Une sécurité diplomatique, des avantages fiscaux et législatifs
“Il n’y a aucun problème à être Russe à Dubaï”, a ainsi confié au New York Times un homme d’affaires russe anonyme “réfugié sur place”, selon les mots du journal. Après le début de la guerre, une autre famille russe s’est engagée sur un bail à durée indéterminée à hauteur de 15.000 dollars par mois (un peu plus de 13.600 euros). Mais à ce jeu de relocalisation et de transferts de fonds, les Émirats ne sont pas les seuls à ne pas avoir coupé les ponts avec Moscou, des arrivées concernent aussi d’autres pays comme Israël ou les Maldives pour ne citer qu’eux.
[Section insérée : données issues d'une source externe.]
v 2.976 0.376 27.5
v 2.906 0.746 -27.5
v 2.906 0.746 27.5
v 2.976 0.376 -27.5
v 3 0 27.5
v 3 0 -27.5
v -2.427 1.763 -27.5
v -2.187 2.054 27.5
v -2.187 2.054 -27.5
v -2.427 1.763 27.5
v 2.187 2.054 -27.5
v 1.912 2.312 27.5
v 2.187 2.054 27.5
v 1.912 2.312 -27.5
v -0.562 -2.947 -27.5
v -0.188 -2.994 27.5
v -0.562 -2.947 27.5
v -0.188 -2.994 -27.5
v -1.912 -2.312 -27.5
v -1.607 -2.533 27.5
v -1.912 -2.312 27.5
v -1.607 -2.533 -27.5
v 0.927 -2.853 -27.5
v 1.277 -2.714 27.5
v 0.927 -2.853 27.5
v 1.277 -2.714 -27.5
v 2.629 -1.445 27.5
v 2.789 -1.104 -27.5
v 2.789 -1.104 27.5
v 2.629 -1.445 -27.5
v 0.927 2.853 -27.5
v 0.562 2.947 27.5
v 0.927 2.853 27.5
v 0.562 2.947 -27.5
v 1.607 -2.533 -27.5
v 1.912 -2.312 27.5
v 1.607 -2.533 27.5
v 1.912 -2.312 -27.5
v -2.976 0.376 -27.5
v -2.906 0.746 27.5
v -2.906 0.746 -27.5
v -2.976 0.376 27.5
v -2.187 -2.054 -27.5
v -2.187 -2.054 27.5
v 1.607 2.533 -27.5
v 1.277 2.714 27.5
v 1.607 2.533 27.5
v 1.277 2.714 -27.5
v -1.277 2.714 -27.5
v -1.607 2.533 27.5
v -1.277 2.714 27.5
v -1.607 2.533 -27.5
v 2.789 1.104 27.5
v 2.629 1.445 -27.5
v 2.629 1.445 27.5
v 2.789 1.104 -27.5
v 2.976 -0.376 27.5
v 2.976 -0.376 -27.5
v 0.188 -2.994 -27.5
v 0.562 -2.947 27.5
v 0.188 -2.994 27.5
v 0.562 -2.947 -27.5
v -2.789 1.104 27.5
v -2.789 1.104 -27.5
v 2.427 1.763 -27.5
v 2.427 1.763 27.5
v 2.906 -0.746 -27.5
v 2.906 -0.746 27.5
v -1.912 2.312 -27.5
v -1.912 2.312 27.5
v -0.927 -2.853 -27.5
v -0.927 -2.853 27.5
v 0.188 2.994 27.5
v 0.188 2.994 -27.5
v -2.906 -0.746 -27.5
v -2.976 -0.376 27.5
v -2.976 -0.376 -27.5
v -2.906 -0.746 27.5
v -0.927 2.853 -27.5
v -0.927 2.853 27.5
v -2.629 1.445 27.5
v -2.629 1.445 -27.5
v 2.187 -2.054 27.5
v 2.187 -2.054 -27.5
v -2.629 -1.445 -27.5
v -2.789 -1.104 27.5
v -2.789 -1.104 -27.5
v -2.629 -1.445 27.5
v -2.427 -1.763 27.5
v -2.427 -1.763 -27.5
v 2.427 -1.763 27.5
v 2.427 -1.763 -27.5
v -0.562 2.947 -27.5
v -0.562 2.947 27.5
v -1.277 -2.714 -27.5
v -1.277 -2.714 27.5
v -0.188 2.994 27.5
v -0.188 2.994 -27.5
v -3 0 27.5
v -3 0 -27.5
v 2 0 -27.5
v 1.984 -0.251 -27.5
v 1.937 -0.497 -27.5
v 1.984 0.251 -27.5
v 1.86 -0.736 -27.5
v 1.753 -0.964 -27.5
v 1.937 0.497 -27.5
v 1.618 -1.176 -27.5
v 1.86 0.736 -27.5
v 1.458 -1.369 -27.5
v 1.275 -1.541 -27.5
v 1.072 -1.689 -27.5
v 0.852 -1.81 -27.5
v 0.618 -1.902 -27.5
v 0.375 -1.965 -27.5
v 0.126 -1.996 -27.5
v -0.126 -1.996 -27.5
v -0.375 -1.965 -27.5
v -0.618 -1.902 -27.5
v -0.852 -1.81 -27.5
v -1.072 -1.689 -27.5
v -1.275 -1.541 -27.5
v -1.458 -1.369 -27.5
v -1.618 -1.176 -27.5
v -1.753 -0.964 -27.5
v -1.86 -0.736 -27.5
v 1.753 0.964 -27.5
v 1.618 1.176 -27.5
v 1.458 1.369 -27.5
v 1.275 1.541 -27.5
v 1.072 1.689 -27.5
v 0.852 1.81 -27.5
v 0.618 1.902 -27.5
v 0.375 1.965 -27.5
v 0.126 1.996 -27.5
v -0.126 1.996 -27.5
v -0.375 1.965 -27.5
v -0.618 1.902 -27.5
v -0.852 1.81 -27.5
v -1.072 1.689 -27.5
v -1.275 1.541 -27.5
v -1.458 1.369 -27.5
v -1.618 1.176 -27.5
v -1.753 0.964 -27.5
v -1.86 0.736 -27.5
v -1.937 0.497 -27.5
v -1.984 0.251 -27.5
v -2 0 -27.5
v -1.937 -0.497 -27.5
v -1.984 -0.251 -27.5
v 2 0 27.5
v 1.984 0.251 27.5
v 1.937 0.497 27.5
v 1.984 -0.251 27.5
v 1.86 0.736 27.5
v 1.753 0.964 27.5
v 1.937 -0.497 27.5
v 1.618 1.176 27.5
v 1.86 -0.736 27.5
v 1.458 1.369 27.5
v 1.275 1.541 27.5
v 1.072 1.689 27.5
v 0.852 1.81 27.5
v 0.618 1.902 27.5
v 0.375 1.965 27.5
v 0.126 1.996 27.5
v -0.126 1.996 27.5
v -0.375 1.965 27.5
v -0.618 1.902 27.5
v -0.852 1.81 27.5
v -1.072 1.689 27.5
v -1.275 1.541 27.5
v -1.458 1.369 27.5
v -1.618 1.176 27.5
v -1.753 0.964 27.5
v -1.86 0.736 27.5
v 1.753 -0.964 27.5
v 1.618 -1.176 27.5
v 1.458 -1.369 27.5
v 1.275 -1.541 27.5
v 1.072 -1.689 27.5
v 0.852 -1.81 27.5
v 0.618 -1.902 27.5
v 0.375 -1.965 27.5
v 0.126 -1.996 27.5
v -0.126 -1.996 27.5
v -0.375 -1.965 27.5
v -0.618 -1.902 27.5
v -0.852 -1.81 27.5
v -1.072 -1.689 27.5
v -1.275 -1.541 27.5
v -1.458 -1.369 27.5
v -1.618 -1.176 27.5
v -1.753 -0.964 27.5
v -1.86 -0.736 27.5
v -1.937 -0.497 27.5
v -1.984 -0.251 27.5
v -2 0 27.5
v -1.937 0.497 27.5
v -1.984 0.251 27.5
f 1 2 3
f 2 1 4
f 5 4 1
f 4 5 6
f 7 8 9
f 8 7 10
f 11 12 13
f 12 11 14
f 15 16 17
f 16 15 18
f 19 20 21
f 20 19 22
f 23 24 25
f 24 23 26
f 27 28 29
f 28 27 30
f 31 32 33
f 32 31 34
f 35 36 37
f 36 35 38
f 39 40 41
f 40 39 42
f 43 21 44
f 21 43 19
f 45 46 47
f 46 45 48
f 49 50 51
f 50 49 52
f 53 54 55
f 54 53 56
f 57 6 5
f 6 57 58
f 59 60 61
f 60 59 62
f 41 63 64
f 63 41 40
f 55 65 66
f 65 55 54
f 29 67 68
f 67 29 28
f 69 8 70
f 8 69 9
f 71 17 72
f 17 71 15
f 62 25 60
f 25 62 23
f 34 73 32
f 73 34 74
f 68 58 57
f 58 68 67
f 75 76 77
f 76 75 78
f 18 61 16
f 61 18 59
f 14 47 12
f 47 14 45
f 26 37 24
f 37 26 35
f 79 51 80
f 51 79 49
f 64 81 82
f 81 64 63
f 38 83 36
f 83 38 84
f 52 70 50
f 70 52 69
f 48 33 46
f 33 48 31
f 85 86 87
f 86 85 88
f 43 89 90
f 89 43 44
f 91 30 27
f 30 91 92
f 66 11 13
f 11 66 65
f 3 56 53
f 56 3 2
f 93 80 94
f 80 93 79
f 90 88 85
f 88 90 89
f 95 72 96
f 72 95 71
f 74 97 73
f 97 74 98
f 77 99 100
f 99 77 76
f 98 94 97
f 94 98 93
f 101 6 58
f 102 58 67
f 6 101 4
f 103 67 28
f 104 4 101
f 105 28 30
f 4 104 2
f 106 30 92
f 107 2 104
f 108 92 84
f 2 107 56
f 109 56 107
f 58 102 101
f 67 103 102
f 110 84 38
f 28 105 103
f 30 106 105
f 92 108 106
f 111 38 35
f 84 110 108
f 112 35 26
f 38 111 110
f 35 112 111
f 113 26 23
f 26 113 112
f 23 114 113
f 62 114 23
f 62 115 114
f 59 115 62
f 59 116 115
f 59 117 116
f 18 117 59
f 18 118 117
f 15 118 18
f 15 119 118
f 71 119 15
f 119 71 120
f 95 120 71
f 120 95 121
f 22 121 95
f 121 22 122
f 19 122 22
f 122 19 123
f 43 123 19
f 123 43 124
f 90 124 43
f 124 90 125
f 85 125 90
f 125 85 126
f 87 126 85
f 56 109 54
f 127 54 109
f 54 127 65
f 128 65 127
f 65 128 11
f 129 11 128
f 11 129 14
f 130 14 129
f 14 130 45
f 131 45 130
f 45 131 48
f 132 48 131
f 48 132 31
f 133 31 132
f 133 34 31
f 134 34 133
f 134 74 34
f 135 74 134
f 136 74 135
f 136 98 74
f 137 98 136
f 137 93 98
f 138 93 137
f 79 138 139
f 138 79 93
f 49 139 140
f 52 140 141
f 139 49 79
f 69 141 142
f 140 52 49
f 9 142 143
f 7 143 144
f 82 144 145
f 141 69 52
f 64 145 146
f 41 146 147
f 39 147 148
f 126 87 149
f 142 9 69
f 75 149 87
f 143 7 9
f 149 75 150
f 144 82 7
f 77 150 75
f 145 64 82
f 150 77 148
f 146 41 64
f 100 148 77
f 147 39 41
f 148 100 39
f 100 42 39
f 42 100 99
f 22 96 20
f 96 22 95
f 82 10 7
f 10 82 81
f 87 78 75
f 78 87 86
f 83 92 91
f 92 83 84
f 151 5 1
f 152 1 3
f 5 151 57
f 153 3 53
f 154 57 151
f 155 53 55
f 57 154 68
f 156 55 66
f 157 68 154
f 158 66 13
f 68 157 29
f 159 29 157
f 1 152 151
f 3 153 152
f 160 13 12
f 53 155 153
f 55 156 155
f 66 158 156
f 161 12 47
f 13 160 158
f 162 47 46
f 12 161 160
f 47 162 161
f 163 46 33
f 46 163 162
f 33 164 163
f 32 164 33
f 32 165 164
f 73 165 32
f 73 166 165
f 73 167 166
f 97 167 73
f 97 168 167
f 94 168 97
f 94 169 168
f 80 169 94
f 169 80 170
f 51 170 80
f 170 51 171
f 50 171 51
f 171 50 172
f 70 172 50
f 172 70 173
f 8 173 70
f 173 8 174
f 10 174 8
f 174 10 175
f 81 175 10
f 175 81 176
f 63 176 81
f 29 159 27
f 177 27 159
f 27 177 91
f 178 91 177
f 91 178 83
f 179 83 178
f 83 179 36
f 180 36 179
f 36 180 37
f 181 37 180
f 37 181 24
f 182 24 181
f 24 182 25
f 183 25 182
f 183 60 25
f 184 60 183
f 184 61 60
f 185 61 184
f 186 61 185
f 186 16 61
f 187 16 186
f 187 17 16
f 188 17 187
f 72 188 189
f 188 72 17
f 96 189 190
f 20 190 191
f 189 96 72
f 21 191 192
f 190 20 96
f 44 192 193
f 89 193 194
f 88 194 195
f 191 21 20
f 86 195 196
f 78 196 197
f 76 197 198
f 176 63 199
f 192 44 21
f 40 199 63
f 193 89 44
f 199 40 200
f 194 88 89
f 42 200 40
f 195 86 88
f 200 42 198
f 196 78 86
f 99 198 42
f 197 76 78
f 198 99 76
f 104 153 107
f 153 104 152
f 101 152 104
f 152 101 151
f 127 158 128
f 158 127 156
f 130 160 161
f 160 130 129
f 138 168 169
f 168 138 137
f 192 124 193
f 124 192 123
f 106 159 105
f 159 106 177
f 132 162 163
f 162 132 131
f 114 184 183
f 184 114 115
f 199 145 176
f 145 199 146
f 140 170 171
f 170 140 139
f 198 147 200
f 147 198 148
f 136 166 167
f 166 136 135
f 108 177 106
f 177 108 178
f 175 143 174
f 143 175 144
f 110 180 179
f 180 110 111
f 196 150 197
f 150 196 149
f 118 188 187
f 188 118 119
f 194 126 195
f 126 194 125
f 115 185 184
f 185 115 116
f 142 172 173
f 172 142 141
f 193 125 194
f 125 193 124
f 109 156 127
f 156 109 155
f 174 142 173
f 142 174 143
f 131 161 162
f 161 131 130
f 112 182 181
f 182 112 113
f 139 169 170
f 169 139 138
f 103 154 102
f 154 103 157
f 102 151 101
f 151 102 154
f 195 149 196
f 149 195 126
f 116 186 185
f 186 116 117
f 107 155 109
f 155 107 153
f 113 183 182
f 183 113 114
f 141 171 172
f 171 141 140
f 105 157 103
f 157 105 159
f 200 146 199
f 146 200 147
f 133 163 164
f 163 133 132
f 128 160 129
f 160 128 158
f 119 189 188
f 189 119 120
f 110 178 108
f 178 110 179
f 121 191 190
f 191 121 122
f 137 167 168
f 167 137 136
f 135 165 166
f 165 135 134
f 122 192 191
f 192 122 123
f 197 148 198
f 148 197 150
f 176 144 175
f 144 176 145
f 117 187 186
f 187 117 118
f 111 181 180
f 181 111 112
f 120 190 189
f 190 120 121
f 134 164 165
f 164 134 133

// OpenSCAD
$fn = 50;


difference() {
	union() {
		translate(v = [0, 0, -27.5000000000]) {
			cylinder(h = 55, r = 3.0000000000);
		}
	}
	union() {
		translate(v = [0, 0, -100.0000000000]) {
			cylinder(h = 200, r = 2.0000000000);
		}
	}
}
Les Russes peuvent également trouver à Dubaï un intérêt salarial, au niveau du personnel ou de la main-d’œuvre. “Son coût est inférieur. Étant donné que l’entreprise paie peu de charges sur les salaires des étrangers (pas de cotisations chômage, retraite…), cela lui revient beaucoup moins cher”, expliquait également au HuffPost, Amélie Le Renard, sociologue et autrice de l’ouvrage “Le privilège occidental. Travail, intimité et hiérarchies postcoloniales à Dubaï” (Presses de Sciences Po, 2019).
Même s’ils ont fini par condamner diplomatiquement l’offensive russe en Ukraine, les pays du Golfe ne semblent d’ailleurs pas prêts d’envisager de sanctions économiques contre les millionnaires russes et leurs avoirs, en tout cas “sans en être mandatés par l’ONU”. Jusque-là rien de contraignant n’a été décidé ou envisagé, juste une forme de neutralité ou de “non-alignement” qui ne contrarient, pour l’instant, ni les Américains, ni les Russes.
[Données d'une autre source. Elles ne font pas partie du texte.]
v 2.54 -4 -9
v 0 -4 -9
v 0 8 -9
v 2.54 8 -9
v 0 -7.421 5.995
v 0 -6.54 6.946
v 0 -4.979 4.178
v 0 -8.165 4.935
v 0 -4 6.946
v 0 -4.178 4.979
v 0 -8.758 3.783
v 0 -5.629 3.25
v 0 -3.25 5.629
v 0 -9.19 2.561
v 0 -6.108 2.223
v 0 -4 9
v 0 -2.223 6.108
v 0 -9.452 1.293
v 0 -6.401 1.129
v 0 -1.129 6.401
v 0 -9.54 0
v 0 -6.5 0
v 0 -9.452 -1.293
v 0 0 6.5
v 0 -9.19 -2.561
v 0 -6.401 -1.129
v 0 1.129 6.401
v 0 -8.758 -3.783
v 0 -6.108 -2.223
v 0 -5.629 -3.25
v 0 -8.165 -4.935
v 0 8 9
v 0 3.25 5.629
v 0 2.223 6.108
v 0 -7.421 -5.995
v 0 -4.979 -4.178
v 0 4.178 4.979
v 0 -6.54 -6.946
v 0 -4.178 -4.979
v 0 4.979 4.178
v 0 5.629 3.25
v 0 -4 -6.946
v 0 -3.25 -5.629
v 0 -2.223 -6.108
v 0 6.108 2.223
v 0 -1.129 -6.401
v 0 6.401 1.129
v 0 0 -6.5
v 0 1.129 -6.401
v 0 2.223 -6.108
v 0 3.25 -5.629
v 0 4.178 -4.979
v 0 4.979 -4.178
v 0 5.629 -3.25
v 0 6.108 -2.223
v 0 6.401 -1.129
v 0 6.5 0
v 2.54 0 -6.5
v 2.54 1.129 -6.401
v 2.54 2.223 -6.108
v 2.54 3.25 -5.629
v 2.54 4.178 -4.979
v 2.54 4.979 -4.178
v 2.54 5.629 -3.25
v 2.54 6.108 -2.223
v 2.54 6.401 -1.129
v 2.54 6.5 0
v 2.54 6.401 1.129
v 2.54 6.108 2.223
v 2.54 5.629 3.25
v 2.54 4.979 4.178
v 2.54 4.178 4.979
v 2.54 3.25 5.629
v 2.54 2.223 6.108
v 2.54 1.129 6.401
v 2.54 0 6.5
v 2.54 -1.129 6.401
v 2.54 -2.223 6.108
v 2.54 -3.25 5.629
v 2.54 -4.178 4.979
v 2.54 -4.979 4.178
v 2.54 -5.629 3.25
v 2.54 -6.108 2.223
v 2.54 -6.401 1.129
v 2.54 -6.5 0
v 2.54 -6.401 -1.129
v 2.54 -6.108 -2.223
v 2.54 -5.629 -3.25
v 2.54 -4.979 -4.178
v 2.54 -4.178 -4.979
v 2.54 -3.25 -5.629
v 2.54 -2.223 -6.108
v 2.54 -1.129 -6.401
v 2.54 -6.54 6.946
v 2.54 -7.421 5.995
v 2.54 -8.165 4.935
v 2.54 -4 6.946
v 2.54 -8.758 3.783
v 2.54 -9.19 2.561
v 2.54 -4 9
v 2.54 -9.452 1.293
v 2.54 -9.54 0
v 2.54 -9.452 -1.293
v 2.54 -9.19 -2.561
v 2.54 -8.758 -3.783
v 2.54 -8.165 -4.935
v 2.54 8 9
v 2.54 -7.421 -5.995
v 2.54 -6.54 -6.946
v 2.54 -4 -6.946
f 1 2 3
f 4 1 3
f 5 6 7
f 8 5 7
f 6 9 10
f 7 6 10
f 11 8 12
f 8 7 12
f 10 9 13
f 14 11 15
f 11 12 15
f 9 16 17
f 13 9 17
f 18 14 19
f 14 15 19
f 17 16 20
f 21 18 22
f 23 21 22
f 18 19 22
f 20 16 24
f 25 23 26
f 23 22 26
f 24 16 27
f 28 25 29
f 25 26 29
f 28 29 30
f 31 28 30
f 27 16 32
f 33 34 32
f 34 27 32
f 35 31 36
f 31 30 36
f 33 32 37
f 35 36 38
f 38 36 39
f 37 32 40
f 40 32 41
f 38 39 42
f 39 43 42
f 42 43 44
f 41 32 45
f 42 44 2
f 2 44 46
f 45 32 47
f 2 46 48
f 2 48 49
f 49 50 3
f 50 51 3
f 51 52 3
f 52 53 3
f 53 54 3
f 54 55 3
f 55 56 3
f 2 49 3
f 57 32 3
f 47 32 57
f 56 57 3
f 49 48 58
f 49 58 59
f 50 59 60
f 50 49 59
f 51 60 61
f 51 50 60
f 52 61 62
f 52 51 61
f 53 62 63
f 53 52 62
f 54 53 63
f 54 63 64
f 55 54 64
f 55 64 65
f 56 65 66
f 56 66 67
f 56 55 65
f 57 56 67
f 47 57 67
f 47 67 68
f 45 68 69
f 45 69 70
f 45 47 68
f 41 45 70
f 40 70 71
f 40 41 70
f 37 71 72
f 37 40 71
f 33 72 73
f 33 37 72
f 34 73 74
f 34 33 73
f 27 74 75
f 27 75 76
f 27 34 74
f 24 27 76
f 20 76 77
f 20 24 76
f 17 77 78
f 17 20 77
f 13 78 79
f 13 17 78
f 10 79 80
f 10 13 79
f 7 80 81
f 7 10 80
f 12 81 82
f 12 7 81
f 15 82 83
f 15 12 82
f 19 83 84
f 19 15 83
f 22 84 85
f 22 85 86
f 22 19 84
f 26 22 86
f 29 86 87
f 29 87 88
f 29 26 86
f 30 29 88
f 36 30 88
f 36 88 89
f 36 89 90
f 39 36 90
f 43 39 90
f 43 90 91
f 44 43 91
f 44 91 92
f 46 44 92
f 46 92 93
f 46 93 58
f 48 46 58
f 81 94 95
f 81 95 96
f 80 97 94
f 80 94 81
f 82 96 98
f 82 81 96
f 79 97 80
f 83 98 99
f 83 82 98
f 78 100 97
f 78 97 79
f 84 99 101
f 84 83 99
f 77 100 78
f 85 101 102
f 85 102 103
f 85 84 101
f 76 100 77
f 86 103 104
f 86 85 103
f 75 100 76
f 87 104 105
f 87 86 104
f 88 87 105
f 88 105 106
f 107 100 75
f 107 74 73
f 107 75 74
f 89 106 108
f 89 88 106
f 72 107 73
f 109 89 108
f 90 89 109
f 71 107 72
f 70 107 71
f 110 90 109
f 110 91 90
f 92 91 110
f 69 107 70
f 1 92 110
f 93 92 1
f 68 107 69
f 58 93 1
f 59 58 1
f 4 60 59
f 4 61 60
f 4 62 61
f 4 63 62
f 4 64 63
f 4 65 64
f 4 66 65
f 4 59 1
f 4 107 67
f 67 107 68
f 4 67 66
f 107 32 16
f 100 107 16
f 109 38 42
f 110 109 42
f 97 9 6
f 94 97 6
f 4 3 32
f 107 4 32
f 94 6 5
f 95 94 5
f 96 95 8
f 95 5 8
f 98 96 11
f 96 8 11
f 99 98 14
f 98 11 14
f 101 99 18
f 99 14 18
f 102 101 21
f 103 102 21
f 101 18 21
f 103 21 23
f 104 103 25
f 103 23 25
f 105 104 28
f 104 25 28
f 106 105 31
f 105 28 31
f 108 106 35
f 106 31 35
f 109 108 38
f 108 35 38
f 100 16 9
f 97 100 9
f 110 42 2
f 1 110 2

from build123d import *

# Parameters (mm, degrees)
SKETCH1_R  = 6.5
BASE_DEPTH = 2.54


with BuildPart() as part:
    # Sketch1 → Base (new body)
    with BuildSketch(Plane(origin=(0, 0, 0), x_dir=(0, 0, -1), z_dir=(1, 0, 0))):
        with BuildLine():
            Line((9, -4), (9, 8))
            Line((9, 8), (-9, 8))
            Line((-9, 8), (-9, -4))
            Line((-9, -4), (-6.945502142, -4))
            Line((-6.945502142, -4), (-6.945502142, -6.54))
            ThreePointArc((-6.945502142, -6.54), (0, -9.54), (6.945502142, -6.54))
            Line((6.945502142, -6.54), (6.945502142, -4))
            Line((6.945502142, -4), (9, -4))
        make_face()
        Circle(SKETCH1_R, mode=Mode.SUBTRACT)
    extrude(amount=BASE_DEPTH)


solid = part.part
D’autres analystes et experts avancent que ces oligarques pourraient également chercher à s’éloigner de Moscou et de Vladimir Poutine. Le président russe n’a pas hésité à qualifier, le 16 mars, certains d’entre eux de “nationaux-traîtres”. Il parlait néanmoins de ceux qui “ont une villa à Miami ou sur la Côte d’Azur et qui ne peuvent pas se passer de foie gras, d’huîtres ou de ces soi-disant libertés de genre”, évoquant ensuite une “épuration” nécessaire de la société russe.
Une ambiance de “purge” qui planerait également, dans un contexte d’embourbement en Ukraine, sur le cercle le plus proche de Vladimir Poutine, selon l’Institut des études de la guerre (ISW): “Poutine procède probablement à des purges internes chez ses généraux et personnels du renseignement (…) soit après avoir négligé leurs estimations (…), soit en rétorsion de l’intelligence erronée dont il les accuse”.